She could have stopped at saving her husband. Instead they joined a 5-way kidney swap.:
When Tara Berliski learned her husband needed a kidney, she did what she said any spouse would do: She offered him her own. And they were a match. But John "HB" Berliski, it turns out, could match with just about anyone.
John Berliski has type AB blood, which makes him a universal recipient.
[...] "AB blood types can receive from any donor. And we have AB donors as well, but they're very hard to match because they can only give to AB patients," said Valerie Jackson, the living donor coordinator at Houston Methodist hospital. "So when John said, 'Yes, I'll go ahead and help whomever,' because of the power of his to receive from anybody, we were really able to move people who were not able to get moved and match up for years."
According to npr:
Justin Barrow, a 40-year-old youth pastor in Longville, La., has a rare kidney disorder, and had a transplant when he was 15; it was beginning to falter. A cousin offered to donate their kidney, but doctors said it wasn't a good match. A kidney from Tara Berliski would be.

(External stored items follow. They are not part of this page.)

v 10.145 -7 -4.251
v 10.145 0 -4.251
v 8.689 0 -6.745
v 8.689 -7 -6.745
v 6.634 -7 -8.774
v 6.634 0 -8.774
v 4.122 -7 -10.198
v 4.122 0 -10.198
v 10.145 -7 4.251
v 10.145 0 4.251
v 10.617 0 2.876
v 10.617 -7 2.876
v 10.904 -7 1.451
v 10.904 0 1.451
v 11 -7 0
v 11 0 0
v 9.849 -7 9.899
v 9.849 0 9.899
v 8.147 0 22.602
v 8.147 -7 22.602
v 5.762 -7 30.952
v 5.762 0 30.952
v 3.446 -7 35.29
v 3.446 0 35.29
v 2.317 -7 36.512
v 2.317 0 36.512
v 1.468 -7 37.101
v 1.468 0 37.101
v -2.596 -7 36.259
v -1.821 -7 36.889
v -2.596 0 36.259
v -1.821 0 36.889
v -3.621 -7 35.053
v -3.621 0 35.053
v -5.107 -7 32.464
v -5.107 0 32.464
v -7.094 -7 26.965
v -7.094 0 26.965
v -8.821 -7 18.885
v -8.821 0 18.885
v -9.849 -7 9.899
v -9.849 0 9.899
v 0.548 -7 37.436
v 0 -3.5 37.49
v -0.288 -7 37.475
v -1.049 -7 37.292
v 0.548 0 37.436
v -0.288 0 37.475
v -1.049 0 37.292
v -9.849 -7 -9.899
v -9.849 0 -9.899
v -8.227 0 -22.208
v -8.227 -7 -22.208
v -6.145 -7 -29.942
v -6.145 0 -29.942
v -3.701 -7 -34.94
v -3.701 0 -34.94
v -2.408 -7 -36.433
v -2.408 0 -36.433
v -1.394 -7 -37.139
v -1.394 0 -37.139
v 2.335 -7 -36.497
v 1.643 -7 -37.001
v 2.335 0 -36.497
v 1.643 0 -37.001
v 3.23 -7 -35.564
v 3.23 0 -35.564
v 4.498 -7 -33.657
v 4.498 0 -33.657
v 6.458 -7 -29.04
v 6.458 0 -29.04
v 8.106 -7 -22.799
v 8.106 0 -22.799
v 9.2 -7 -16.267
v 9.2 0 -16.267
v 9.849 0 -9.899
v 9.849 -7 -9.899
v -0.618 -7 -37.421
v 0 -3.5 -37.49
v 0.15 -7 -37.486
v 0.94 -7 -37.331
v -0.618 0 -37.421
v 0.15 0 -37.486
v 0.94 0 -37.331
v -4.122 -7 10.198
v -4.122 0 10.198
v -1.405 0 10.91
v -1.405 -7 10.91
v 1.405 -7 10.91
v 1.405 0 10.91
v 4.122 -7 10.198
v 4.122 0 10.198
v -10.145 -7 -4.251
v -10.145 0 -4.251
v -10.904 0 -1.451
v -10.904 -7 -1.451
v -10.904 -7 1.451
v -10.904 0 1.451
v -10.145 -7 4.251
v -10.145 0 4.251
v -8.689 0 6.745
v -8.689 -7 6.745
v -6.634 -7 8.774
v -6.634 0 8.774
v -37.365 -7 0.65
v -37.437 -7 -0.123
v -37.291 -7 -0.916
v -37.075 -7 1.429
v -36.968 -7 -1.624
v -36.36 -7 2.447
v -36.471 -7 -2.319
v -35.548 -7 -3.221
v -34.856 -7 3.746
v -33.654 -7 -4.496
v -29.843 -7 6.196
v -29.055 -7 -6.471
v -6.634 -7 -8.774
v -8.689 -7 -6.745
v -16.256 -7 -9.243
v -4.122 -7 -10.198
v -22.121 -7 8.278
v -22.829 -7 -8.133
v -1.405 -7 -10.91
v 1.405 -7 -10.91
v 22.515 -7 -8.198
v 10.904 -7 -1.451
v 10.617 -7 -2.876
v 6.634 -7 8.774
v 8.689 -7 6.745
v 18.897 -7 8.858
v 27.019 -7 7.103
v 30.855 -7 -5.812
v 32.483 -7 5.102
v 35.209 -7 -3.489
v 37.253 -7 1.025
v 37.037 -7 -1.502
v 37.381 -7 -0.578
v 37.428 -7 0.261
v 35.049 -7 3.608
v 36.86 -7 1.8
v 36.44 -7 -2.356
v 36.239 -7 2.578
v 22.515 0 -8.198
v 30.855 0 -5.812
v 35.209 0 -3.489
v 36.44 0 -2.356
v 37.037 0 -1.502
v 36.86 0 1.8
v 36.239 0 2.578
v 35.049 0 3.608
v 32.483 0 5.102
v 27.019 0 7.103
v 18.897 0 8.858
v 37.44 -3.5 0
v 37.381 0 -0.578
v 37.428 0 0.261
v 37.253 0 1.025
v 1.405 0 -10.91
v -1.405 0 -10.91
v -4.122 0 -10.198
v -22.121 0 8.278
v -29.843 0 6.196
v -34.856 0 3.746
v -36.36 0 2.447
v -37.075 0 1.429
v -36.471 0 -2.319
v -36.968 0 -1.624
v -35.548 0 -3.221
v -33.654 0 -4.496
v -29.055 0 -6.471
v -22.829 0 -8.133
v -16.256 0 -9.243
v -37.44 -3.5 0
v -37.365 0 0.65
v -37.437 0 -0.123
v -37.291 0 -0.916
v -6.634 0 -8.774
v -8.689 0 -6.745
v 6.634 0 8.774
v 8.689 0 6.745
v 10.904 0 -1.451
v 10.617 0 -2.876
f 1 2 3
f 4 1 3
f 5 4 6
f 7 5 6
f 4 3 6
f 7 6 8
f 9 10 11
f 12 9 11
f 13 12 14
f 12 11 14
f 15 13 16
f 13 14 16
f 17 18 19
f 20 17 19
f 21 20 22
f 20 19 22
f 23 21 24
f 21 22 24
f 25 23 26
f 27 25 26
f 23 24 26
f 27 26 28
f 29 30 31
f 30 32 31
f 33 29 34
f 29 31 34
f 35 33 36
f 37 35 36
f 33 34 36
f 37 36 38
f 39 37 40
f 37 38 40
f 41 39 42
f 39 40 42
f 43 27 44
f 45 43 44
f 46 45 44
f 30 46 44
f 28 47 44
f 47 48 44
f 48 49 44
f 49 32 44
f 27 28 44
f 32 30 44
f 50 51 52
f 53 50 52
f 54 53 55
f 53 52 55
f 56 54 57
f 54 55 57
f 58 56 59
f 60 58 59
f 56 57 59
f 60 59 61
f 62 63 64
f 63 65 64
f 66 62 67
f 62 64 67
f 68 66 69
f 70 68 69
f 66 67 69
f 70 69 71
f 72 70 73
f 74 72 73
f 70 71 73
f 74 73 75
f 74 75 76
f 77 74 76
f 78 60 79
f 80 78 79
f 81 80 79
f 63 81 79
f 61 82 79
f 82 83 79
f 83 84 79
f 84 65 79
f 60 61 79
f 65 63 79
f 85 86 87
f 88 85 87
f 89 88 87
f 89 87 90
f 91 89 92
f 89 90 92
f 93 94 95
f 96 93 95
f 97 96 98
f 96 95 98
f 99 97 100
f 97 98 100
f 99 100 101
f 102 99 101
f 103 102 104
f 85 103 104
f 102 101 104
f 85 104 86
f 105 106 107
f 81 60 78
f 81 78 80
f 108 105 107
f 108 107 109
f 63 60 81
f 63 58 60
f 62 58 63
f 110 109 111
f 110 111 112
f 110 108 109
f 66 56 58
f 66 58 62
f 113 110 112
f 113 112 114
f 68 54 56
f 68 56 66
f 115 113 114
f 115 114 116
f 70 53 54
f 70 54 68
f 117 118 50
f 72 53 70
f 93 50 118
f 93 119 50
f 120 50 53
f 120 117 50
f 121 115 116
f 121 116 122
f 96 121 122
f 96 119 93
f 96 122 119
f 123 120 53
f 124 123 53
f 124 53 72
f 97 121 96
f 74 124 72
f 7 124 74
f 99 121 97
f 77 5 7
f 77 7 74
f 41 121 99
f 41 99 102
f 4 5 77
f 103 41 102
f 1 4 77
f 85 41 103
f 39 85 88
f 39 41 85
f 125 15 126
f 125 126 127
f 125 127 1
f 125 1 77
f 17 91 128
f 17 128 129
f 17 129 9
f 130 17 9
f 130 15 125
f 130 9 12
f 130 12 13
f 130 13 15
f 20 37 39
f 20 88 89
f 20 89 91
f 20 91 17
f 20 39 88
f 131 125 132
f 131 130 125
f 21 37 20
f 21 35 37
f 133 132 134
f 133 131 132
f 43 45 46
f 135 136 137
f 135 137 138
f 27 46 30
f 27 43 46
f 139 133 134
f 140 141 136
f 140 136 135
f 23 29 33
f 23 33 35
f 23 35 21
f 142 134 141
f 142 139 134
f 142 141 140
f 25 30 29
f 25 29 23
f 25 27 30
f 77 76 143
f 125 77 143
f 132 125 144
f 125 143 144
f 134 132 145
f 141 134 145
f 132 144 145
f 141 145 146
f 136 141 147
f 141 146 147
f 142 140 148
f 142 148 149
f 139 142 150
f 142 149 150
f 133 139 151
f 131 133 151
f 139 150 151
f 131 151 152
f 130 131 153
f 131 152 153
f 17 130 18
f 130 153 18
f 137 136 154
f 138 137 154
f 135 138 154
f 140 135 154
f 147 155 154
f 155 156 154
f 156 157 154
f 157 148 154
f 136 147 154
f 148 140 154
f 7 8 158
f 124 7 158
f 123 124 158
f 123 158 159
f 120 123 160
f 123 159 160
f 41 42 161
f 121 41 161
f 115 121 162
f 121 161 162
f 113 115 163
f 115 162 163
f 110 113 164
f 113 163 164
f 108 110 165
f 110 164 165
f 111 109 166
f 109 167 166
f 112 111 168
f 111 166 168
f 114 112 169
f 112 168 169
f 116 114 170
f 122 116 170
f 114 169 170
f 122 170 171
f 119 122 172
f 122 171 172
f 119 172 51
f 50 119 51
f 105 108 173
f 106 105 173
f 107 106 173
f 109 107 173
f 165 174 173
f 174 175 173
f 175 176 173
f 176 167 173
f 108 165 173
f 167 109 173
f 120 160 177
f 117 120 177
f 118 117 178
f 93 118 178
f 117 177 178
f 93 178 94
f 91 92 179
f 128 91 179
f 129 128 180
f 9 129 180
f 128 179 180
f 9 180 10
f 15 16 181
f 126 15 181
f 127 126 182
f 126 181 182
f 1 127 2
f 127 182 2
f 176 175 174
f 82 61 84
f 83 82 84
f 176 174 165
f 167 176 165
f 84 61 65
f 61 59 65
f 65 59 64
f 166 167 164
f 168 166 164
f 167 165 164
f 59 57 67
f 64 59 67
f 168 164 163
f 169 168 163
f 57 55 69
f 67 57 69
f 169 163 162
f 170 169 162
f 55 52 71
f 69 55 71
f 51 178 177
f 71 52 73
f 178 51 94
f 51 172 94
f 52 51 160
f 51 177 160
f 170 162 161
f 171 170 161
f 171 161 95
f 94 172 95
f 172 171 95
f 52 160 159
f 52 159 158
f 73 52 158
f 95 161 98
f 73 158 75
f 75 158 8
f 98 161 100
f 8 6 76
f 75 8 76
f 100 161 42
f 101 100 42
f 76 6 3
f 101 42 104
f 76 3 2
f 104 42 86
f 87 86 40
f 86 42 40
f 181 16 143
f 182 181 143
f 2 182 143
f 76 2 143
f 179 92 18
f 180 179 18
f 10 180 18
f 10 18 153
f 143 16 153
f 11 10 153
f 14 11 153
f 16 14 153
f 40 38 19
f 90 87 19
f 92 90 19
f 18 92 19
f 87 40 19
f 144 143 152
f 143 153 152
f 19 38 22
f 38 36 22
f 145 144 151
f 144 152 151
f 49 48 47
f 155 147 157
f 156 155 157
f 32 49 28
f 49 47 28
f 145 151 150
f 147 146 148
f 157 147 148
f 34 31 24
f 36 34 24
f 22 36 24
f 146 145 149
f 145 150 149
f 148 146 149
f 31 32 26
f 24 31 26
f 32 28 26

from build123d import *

# Parameters (mm, degrees)
F1_DEPTH = 7


with BuildPart() as f1:
    # F0 (on Front) → F1 (new body)
    with BuildSketch(Plane.XZ):
        with BuildLine():
            ThreePointArc((10.1453197701, 4.2511747508), (10.7842134037, 2.168119292), (11, 0))
            ThreePointArc((11, 0), (10.7842134037, -2.168119292), (10.1453197701, -4.2511747508))
            add(Edge.make_bspline(
                [(9.8487678325, -9.8993528373), (10.0562281019, -7.1171506305), (10.1453197701, -4.2511747508)],
                knots=[4.4451668144, 4.4451668144, 4.4451668144, 4.5987496264, 4.5987496264, 4.5987496264], degree=2, weights=[1, 0.9970529886, 1]))
            add(Edge.make_bspline(
                [(9.8487678325, -9.8993528373), (37.4401472509, -7.8376344068), (37.4401472509, 0)],
                knots=[4.978574958, 4.978574958, 4.978574958, 6.2831853072, 6.2831853072, 6.2831853072], degree=2, weights=[1, 0.7946866243, 1]))
            add(Edge.make_bspline(
                [(37.4401472509, 0), (37.4401472509, 7.8376344068), (9.8487678325, 9.8993528373)],
                knots=[0, 0, 0, 1.3046103492, 1.3046103492, 1.3046103492], degree=2, weights=[1, 0.7946866243, 1]))
            add(Edge.make_bspline(
                [(10.1453197701, 4.2511747508), (10.0562281019, 7.1171506305), (9.8487678325, 9.8993528373)],
                knots=[4.8260283344, 4.8260283344, 4.8260283344, 4.9796111463, 4.9796111463, 4.9796111463], degree=2, weights=[1, 0.9970529886, 1]))
        make_face()
        with BuildLine():
            ThreePointArc((4.1223687661, 10.1983369113), (7.72877212, 7.8272652643), (10.1453197701, 4.2511747508))
            add(Edge.make_bspline(
                [(10.1453197701, 4.2511747508), (10.0562281019, 7.1171506305), (9.8487678325, 9.8993528373)],
                knots=[4.8260283344, 4.8260283344, 4.8260283344, 4.9796111463, 4.9796111463, 4.9796111463], degree=2, weights=[1, 0.9970529886, 1]))
            add(Edge.make_bspline(
                [(9.8487678325, 9.8993528373), (7.0281628, 10.1101177031), (4.1223687661, 10.1983369113)],
                knots=[1.3046103492, 1.3046103492, 1.3046103492, 1.4604670613, 1.4604670613, 1.4604670613], degree=2, weights=[1, 0.996965122, 1]))
        make_face()
        with BuildLine():
            add(Edge.make_bspline(
                [(9.8487678325, -9.8993528373), (10.0562281019, -7.1171506305), (10.1453197701, -4.2511747508)],
                knots=[4.4451668144, 4.4451668144, 4.4451668144, 4.5987496264, 4.5987496264, 4.5987496264], degree=2, weights=[1, 0.9970529886, 1]))
            ThreePointArc((10.1453197701, -4.2511747508), (7.72877212, -7.8272652643), (4.1223687661, -10.1983369113))
            add(Edge.make_bspline(
                [(4.1223687661, -10.1983369113), (7.0281628, -10.1101177031), (9.8487678325, -9.8993528373)],
                knots=[4.8227182459, 4.8227182459, 4.8227182459, 4.978574958, 4.978574958, 4.978574958], degree=2, weights=[1, 0.996965122, 1]))
        make_face()
        with BuildLine():
            ThreePointArc((-4.1223687661, 10.1983369113), (0, 11), (4.1223687661, 10.1983369113))
            add(Edge.make_bspline(
                [(9.8487678325, 9.8993528373), (7.0281628, 10.1101177031), (4.1223687661, 10.1983369113)],
                knots=[1.3046103492, 1.3046103492, 1.3046103492, 1.4604670613, 1.4604670613, 1.4604670613], degree=2, weights=[1, 0.996965122, 1]))
            add(Edge.make_bspline(
                [(9.8487678325, 9.8993528373), (7.7914186779, 37.4899916351), (0, 37.4899916351)],
                knots=[4.9796111463, 4.9796111463, 4.9796111463, 6.2831853072, 6.2831853072, 6.2831853072], degree=2, weights=[1, 0.7950010111, 1]))
            add(Edge.make_bspline(
                [(0, 37.4899916351), (-7.7914186779, 37.4899916351), (-9.8487678325, 9.8993528373)],
                knots=[0, 0, 0, 1.3035741608, 1.3035741608, 1.3035741608], degree=2, weights=[1, 0.7950010111, 1]))
            add(Edge.make_bspline(
                [(-4.1223687661, 10.1983369113), (-7.0281628, 10.1101177031), (-9.8487678325, 9.8993528373)],
                knots=[1.6811255923, 1.6811255923, 1.6811255923, 1.8369823044, 1.8369823044, 1.8369823044], degree=2, weights=[1, 0.996965122, 1]))
        make_face()
        with BuildLine():
            add(Edge.make_bspline(
                [(4.1223687661, -10.1983369113), (7.0281628, -10.1101177031), (9.8487678325, -9.8993528373)],
                knots=[4.8227182459, 4.8227182459, 4.8227182459, 4.978574958, 4.978574958, 4.978574958], degree=2, weights=[1, 0.996965122, 1]))
            ThreePointArc((4.1223687661, -10.1983369113), (0, -11), (-4.1223687661, -10.1983369113))
            add(Edge.make_bspline(
                [(-9.8487678325, -9.8993528373), (-7.0281628, -10.1101177031), (-4.1223687661, -10.1983369113)],
                knots=[4.4462030028, 4.4462030028, 4.4462030028, 4.6020597149, 4.6020597149, 4.6020597149], degree=2, weights=[1, 0.996965122, 1]))
            add(Edge.make_bspline(
                [(-9.8487678325, -9.8993528373), (0, -141.9789248751), (9.8487678325, -9.8993528373)],
                knots=[1.8380184927, 1.8380184927, 1.8380184927, 4.4451668144, 4.4451668144, 4.4451668144], degree=2, weights=[1, 0.2640532154, 1]))
        make_face()
        with BuildLine():
            ThreePointArc((-10.1453197701, 4.2511747508), (-7.72877212, 7.8272652643), (-4.1223687661, 10.1983369113))
            add(Edge.make_bspline(
                [(-4.1223687661, 10.1983369113), (-7.0281628, 10.1101177031), (-9.8487678325, 9.8993528373)],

Returning to our original story:
[...] Paula Gerrick, 51, had signed up as a potential donor for her sister years ago. Like John Berliski, she is type AB. But while that blood type works well for recipients, it's more limiting for donors — they can only give to other AB recipients. So despite wanting to save her sister, Diane Poenitzsch, they weren't a match. And Poenitzsch lingered on the donor list, from January 2017 until this month. Her kidney was the final organ in the transplant chain, which necessitated 10 surgeries over two days.
[...] But it wasn't just Barrow she helped. The Berliskis were the missing pieces needed to set off a chain reaction: Barrow's cousin, Samantha Barrow, donated a kidney to Misael Gonzalez. Gonzalez's mother, Teresa Salcedo, who matched her son, but entered the swap so he could find a donor with a younger kidney, donated to Debra Lewing. Lewing's boss, Dawn Thomas, first learned of Lewing's failing kidney health at the beginning of the pandemic when Lewing requested to work from home because she was at-risk. "If you need a kidney, just take one of mine," Thomas told her employee then. When they weren't a match, they entered the swap program; Thomas donated to Diane Poenitzsch.
And Poenitzsch's sister Gerik, with the AB blood rounded out the circle, donating to John Berliski.
(Score: 2) by hendrikboom on Monday November 30 2020, @06:40PM (1 child)
They use networks and data bases to find these n-way donor swaps.
-- hendrik
(Score: 0) by Anonymous Coward on Tuesday December 01 2020, @05:37AM
Unpossible I can't believe it. It is luck or prayer that's all there is to say.